A key aspect that could be improved is the definition of an "inactive" compound, which remains unclear. In the manuscript, it is stated:
• "The inactives were carefully selected based on the fact that they have no known pharmacological activity against BRAF."
Does the lack of BRAF activity data necessarily imply that these compounds are inactive?
• "We define a compound as 'inactive' if there are no known pharmacological assays for the said compound on our target, BRAF."
However, in the authors' response, they mention:
• "We selected certain compounds that we felt could not possibly be active against BRAF, such as ligands for neurotransmitter receptors, as inactives."
Given that the definition of "inactive" is one of the most critical concepts in the study, I believe it should be clearly and consistently explained.
Lastly, while statistical comparison is not always common in machine learning, it would greatly enhance the value of this work, especially when comparing models with small differences in accuracy.
Reviewer #2 (Public review):
Summary:
The authors explored the importance of data quality and representation for ligand-based virtual screening approaches.
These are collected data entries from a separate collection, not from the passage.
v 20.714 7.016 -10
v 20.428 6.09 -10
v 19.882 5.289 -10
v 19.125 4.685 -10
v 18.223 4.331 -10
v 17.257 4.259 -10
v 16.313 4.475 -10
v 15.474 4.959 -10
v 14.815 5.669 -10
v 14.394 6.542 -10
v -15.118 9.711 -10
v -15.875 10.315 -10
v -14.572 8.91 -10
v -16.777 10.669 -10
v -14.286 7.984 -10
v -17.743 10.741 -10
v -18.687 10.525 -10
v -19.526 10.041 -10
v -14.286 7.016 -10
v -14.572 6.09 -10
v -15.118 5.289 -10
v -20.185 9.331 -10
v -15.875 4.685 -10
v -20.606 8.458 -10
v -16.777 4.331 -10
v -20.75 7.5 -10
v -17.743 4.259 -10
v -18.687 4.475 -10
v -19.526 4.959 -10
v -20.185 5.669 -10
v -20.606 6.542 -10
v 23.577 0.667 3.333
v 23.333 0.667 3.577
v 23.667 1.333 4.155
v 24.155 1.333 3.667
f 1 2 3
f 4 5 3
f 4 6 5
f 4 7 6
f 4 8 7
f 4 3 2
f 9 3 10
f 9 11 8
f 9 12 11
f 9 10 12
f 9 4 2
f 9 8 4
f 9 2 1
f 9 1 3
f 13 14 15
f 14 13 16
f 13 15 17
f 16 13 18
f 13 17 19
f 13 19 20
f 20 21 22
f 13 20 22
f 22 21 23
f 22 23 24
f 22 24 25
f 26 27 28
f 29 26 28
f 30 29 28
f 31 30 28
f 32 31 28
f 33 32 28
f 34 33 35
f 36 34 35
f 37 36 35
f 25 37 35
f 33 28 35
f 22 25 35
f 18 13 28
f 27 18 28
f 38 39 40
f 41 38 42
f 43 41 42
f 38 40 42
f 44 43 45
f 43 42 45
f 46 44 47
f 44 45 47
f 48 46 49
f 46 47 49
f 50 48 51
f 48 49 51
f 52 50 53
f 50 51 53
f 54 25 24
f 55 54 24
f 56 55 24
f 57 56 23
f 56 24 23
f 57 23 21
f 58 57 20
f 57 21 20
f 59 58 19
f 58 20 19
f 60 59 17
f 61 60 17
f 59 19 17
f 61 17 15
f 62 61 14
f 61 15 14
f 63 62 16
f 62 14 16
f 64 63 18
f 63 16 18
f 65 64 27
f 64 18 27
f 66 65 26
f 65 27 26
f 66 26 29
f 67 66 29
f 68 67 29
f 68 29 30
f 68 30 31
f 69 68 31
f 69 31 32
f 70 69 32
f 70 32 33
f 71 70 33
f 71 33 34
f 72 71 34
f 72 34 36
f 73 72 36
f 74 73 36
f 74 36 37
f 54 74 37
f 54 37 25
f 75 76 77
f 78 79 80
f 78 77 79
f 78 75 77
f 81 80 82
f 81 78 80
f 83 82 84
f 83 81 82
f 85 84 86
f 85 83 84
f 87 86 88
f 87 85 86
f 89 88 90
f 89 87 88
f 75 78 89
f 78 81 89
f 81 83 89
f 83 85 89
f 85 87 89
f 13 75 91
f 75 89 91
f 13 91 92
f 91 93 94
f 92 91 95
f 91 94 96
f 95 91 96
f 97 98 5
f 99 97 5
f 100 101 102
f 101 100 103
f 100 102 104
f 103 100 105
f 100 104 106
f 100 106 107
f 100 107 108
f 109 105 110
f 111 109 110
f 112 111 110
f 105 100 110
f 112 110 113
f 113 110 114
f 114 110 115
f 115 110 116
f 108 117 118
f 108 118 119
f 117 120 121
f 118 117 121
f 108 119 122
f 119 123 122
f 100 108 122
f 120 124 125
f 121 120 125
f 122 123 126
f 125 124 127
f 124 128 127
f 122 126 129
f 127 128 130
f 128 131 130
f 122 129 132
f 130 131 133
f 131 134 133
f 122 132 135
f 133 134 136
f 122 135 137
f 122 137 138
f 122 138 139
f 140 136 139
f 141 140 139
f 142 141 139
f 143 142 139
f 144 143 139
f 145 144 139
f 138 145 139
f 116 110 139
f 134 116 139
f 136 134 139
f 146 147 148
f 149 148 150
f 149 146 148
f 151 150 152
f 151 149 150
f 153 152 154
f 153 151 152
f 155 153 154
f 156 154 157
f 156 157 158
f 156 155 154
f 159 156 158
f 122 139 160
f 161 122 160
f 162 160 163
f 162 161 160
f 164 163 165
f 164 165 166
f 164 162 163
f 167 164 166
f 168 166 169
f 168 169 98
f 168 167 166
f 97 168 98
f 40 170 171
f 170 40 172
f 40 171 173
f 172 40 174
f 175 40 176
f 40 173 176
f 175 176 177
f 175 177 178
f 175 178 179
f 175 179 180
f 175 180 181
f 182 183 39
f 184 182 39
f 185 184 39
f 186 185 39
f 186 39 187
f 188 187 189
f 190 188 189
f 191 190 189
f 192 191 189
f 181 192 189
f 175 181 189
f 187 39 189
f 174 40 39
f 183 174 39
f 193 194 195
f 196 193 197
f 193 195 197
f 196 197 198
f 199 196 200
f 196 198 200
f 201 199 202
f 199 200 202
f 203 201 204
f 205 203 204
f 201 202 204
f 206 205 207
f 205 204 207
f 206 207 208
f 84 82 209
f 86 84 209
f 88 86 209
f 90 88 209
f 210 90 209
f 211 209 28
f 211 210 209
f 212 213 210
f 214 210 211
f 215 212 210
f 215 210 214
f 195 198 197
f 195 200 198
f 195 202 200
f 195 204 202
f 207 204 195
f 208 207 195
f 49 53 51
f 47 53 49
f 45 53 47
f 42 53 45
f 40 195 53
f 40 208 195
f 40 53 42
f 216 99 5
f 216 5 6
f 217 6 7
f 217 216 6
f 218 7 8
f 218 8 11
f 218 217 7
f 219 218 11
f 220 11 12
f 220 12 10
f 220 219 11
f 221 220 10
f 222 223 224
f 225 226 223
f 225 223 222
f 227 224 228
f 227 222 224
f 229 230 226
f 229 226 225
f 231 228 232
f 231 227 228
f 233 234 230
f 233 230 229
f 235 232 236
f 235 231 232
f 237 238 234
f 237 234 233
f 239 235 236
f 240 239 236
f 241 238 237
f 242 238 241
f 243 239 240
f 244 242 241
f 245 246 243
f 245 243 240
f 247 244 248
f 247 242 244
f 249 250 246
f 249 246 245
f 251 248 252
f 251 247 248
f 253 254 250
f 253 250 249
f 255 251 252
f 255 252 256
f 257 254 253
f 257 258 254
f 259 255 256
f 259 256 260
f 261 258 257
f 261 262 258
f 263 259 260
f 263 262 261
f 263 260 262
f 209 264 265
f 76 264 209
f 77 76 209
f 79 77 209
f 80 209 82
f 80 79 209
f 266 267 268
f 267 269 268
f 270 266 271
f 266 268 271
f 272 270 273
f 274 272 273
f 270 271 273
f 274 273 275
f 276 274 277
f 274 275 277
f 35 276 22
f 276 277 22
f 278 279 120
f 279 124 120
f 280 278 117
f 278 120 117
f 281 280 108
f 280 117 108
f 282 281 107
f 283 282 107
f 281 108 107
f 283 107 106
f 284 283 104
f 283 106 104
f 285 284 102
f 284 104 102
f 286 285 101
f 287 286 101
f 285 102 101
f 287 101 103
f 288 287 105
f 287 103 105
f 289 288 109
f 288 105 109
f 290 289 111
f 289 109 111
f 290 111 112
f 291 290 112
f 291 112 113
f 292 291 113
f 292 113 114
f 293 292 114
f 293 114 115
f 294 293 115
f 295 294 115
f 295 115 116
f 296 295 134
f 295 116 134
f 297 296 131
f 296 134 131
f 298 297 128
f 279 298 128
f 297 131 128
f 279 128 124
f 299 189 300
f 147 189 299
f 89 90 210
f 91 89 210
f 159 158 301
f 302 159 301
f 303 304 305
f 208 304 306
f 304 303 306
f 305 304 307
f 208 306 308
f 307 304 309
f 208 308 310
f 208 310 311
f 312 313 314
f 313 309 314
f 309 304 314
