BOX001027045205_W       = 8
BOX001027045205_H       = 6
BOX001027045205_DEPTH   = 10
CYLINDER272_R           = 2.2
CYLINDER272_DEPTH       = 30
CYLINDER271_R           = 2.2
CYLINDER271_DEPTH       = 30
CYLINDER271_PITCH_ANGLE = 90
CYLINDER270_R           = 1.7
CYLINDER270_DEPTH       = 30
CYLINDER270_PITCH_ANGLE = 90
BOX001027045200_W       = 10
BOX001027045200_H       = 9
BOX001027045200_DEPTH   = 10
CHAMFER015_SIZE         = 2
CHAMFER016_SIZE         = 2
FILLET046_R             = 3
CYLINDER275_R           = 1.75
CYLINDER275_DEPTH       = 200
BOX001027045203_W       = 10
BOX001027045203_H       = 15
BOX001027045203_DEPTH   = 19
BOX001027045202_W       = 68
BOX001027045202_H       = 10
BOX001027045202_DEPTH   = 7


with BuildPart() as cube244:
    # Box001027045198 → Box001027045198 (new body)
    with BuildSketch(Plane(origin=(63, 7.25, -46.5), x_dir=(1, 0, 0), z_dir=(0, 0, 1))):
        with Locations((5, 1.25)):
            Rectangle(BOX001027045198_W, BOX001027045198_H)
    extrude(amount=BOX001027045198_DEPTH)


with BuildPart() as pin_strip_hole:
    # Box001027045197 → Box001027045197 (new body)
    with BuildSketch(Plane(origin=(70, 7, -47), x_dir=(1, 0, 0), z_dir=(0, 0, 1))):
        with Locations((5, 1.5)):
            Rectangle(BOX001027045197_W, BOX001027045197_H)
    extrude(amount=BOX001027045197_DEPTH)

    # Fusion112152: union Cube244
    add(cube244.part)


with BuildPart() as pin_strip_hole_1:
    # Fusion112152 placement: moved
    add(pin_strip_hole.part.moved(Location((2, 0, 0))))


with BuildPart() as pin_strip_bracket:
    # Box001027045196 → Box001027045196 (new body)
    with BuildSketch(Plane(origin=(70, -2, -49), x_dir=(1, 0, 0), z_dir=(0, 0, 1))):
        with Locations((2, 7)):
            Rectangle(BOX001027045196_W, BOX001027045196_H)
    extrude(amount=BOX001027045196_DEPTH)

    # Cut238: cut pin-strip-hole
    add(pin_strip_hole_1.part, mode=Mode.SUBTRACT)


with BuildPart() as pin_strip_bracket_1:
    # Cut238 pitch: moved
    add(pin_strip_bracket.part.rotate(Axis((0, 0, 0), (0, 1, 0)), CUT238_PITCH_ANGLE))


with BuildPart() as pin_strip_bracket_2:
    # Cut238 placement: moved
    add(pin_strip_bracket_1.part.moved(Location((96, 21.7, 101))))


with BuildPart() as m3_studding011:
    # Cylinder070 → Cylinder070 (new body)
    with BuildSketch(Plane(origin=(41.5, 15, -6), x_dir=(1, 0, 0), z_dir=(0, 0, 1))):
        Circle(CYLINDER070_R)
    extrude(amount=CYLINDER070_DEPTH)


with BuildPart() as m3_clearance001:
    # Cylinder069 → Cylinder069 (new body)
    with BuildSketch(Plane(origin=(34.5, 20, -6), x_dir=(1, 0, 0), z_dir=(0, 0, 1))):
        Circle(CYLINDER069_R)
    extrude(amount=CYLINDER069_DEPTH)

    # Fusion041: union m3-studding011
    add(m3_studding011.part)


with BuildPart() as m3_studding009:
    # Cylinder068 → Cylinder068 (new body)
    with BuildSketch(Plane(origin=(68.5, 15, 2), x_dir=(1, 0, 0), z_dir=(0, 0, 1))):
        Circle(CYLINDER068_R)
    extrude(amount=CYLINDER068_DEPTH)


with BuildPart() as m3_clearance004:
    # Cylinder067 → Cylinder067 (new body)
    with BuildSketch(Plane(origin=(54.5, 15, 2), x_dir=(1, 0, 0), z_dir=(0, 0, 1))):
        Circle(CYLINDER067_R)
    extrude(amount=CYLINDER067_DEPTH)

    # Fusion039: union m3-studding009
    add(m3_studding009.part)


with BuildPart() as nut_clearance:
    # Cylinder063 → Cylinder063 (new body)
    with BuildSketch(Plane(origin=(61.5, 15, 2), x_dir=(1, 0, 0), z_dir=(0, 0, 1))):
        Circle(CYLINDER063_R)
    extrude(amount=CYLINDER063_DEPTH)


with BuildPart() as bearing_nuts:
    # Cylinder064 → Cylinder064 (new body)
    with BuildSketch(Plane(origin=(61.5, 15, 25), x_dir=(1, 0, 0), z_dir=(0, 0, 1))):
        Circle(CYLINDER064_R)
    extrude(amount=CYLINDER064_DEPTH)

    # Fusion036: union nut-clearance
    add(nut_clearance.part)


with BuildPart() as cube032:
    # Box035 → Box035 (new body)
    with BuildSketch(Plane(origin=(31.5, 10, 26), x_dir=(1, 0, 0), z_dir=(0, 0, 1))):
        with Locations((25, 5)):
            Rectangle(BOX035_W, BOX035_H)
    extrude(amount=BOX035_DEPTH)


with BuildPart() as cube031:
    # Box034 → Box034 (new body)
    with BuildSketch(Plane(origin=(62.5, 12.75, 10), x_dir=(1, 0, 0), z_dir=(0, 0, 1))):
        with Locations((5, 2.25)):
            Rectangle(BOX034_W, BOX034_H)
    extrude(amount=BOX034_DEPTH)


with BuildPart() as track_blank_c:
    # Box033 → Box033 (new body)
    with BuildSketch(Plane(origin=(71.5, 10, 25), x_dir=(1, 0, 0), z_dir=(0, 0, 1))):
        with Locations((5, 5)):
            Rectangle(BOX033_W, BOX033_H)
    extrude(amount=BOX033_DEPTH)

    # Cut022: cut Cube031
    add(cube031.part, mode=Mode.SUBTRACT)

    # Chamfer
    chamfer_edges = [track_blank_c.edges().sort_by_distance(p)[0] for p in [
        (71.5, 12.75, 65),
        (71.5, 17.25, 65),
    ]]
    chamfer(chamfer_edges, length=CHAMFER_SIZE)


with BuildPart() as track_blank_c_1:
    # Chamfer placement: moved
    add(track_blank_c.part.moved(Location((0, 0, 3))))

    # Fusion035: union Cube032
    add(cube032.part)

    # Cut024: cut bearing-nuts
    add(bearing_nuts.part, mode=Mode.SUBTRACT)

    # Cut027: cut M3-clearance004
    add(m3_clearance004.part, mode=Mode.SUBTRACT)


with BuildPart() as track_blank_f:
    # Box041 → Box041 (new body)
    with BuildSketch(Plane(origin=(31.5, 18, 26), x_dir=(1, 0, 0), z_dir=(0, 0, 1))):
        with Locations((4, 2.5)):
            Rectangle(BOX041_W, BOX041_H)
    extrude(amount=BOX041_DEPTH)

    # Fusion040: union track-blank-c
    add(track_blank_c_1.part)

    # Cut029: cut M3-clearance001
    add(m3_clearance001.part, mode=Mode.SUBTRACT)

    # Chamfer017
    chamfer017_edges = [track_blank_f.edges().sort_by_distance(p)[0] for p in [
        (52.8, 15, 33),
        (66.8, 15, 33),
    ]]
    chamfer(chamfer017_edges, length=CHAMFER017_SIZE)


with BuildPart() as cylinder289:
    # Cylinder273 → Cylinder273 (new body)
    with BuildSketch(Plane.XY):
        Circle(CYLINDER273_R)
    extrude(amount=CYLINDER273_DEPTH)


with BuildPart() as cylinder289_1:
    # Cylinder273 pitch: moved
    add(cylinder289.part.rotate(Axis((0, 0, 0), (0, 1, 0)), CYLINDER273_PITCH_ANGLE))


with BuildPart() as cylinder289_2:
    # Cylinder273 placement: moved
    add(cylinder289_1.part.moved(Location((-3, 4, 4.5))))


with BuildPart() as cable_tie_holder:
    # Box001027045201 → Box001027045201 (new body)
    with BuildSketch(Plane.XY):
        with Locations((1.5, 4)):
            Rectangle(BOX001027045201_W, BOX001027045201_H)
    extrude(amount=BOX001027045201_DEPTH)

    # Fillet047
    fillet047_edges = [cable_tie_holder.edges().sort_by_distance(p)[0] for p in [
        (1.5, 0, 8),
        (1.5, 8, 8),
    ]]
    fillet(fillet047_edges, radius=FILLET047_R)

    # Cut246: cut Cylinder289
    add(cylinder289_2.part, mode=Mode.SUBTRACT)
I believe the results could be of potential benefit to the drug discovery community, especially to those scientists working in the field of machine learning applied to drug research. The in silico design is comprehensive and adequate for the proposed comparisons.
This manuscript by Chong A. et al describes that it is not necessary to resort to the use of sophisticated deep learning algorithms for virtual screening, since based on their results considering conventional ML may perform exceptionally well if feeded by the right data and molecular representations.
The article is interesting and well-written. The overview of the field and the warning about dataset composition are very well thought-out and should be of interest to a broad segment of the AI in drug discovery readership. This article further highlights some of the considerations that need to be taken into consideration for the implementation of data-centric AI for computer-aided drug design methods.
Strengths:
This study contributes significantly to the field of machine learning and data curation in drug discovery. The paper is, in general, well-written and structured. However, in my opinion, there are some suggestions regarding certain aspects of the data analyses.
Weaknesses:
The conclusions drawn in the study are based on the analysis of a two dataset. The authors chose BRAF as an example in this study, and expanded with BACE-1 dataset; however a benchmark with several targets would be suitable to evaluate reproducibility or transferability of the method. One concern could be the applicability of the method in other targets.
Reviewer #3 (Public review):
Summary:
The authors presented a data-centric ML approach for virtual ligand screening. They used BRAF as an example to demonstrate the predictive power of their approach.
Strengths:
The performance of predictive models in this study is superior (nearly perfect) with respect to exiting methods.
Comments on revisions:
In the revised manuscript, the presented approach has been robustly tested and can be very useful for ligand prediction.